RECORDS SHOWN »
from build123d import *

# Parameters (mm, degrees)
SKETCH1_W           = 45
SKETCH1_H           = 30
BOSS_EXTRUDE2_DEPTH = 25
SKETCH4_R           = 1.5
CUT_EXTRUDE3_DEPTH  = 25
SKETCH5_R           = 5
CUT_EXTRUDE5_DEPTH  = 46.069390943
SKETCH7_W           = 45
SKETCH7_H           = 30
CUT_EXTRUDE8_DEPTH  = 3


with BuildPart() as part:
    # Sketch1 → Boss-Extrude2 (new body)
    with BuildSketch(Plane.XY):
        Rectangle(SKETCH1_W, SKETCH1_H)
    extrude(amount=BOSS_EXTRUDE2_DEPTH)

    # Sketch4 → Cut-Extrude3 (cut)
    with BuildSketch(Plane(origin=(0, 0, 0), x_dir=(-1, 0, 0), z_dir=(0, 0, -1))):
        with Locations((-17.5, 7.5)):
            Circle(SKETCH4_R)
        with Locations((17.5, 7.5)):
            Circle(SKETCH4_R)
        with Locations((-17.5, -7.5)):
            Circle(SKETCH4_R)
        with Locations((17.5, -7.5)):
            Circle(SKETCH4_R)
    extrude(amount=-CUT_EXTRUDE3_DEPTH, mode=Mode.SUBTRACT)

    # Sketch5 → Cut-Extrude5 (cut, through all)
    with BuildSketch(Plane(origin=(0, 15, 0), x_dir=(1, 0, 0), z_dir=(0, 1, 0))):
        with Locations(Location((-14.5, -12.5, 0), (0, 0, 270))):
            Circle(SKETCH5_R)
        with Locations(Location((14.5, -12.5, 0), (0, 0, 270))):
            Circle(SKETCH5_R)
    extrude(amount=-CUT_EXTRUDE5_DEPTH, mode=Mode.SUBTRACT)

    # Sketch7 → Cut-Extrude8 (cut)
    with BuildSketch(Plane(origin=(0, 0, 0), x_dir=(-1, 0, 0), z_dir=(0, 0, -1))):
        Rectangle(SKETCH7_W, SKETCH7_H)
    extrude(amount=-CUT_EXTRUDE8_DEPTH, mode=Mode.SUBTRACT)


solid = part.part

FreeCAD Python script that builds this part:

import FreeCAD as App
import Part
import Sketcher
Q = App.Units.Quantity


def add_polygon(sketch, points):
    """Adds a closed chain of lines whose ends are joined by coincident constraints."""
    first, n = sketch.GeometryCount, len(points)
    for a, b in zip(points, points[1:] + points[:1]):
        sketch.addGeometry(Part.LineSegment(App.Vector(*a, 0), App.Vector(*b, 0)), False)
    for i in range(n):
        sketch.addConstraint(Sketcher.Constraint("Coincident", first + i, 2, first + (i + 1) % n, 1))

doc = App.newDocument("Part")
body = doc.addObject("PartDesign::Body", "Body")

# Sketch on XY plane
sketch1 = body.newObject("Sketcher::SketchObject", "Sketch")
sketch1.AttachmentSupport = (doc.getObject("XY_Plane"), [""])
sketch1.MapMode = "FlatFace"
add_polygon(sketch1, [(-22, 15), (-22, -15), (22, -15), (22, 15)])  # lines 0-3
sketch1.addConstraint(Sketcher.Constraint("Vertical", 0))
sketch1.addConstraint(Sketcher.Constraint("Horizontal", 1))
sketch1.addConstraint(Sketcher.Constraint("Vertical", 2))
sketch1.addConstraint(Sketcher.Constraint("Horizontal", 3))
sketch1.addConstraint(Sketcher.Constraint("Symmetric", 0, 2, 2, 2, -1, 1))
sketch1.addConstraint(Sketcher.Constraint("DistanceX", 1, 1, 1, 2, Q("45 mm")))
sketch1.addConstraint(Sketcher.Constraint("DistanceY", 0, 2, 0, 1, Q("30 mm")))
pad1 = body.newObject("PartDesign::Pad", "Pad")
pad1.Profile = sketch1
pad1.Length = 25

# Sketch on XY plane
sketch2 = body.newObject("Sketcher::SketchObject", "Sketch001")
sketch2.AttachmentSupport = (doc.getObject("XY_Plane"), [""])
sketch2.MapMode = "FlatFace"
sketch2.addGeometry(Part.Circle(App.Vector(17.5, 7.5, 0), App.Vector(0, 0, 1), 1.5), False)
sketch2.addGeometry(Part.Circle(App.Vector(-17.5, 7.5, 0), App.Vector(0, 0, 1), 1.5), False)
sketch2.addGeometry(Part.Circle(App.Vector(17.5, -7.5, 0), App.Vector(0, 0, 1), 1.5), False)
sketch2.addGeometry(Part.Circle(App.Vector(-17.5, -7.5, 0), App.Vector(0, 0, 1), 1.5), False)
sketch2.addConstraint(Sketcher.Constraint("Equal", 0, 1))
sketch2.addConstraint(Sketcher.Constraint("Equal", 1, 2))
sketch2.addConstraint(Sketcher.Constraint("Equal", 2, 3))
sketch2.addConstraint(Sketcher.Constraint("Symmetric", 1, 3, 2, 3, -1, 1))
sketch2.addConstraint(Sketcher.Constraint("Symmetric", 0, 3, 3, 3, -1, 1))
sketch2.addConstraint(Sketcher.Constraint("Symmetric", 0, 3, 1, 3, -2))
sketch2.addConstraint(Sketcher.Constraint("Diameter", 0, Q("3 mm")))
sketch2.addConstraint(Sketcher.Constraint("DistanceX", 1, 3, 0, 3, Q("35 mm")))
sketch2.addConstraint(Sketcher.Constraint("DistanceY", 2, 3, 0, 3, Q("15 mm")))
pocket1 = body.newObject("PartDesign::Pocket", "Pocket")
pocket1.Profile = sketch2
pocket1.Length = 25
pocket1.Reversed = True

# Sketch on XZ plane
sketch3 = body.newObject("Sketcher::SketchObject", "Sketch002")
sketch3.AttachmentSupport = (doc.getObject("XZ_Plane"), [""])
sketch3.MapMode = "FlatFace"
sketch3.AttachmentOffset = App.Placement(App.Vector(0, 0, -15), App.Rotation())
sketch3.addGeometry(Part.Circle(App.Vector(-14, 12, 0), App.Vector(0, 0, 1), 5), False)
sketch3.addGeometry(Part.Circle(App.Vector(14, 12, 0), App.Vector(0, 0, 1), 5), False)
sketch3.addConstraint(Sketcher.Constraint("Equal", 0, 1))
sketch3.addConstraint(Sketcher.Constraint("Symmetric", 0, 3, 1, 3, -2))
sketch3.addConstraint(Sketcher.Constraint("Diameter", 0, Q("10 mm")))
sketch3.addConstraint(Sketcher.Constraint("DistanceX", 0, 3, 1, 3, Q("29 mm")))
sketch3.addConstraint(Sketcher.Constraint("DistanceY", -1, 1, 0, 3, Q("12.5 mm")))
pocket2 = body.newObject("PartDesign::Pocket", "Pocket001")
pocket2.Profile = sketch3
pocket2.Type = "ThroughAll"
pocket2.Reversed = True

# Sketch on XY plane
sketch4 = body.newObject("Sketcher::SketchObject", "Sketch003")
sketch4.AttachmentSupport = (doc.getObject("XY_Plane"), [""])
sketch4.MapMode = "FlatFace"
add_polygon(sketch4, [(22, 15), (22, -15), (-22, -15), (-22, 15)])  # lines 0-3
sketch4.addConstraint(Sketcher.Constraint("Vertical", 0))
sketch4.addConstraint(Sketcher.Constraint("Horizontal", 1))
sketch4.addConstraint(Sketcher.Constraint("Vertical", 2))
sketch4.addConstraint(Sketcher.Constraint("Horizontal", 3))
sketch4.addConstraint(Sketcher.Constraint("Symmetric", 0, 2, 2, 2, -1, 1))
sketch4.addConstraint(Sketcher.Constraint("DistanceX", 1, 2, 1, 1, Q("45 mm")))
sketch4.addConstraint(Sketcher.Constraint("DistanceY", 0, 2, 0, 1, Q("30 mm")))
pocket3 = body.newObject("PartDesign::Pocket", "Pocket002")
pocket3.Profile = sketch4
pocket3.Length = 3
pocket3.Reversed = True

doc.recompute()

WORK TO BE COMPLETED »
Counting the lines of the material that hold the string "Locations", state the total and nothing besides.

ANSWER SECTION »
6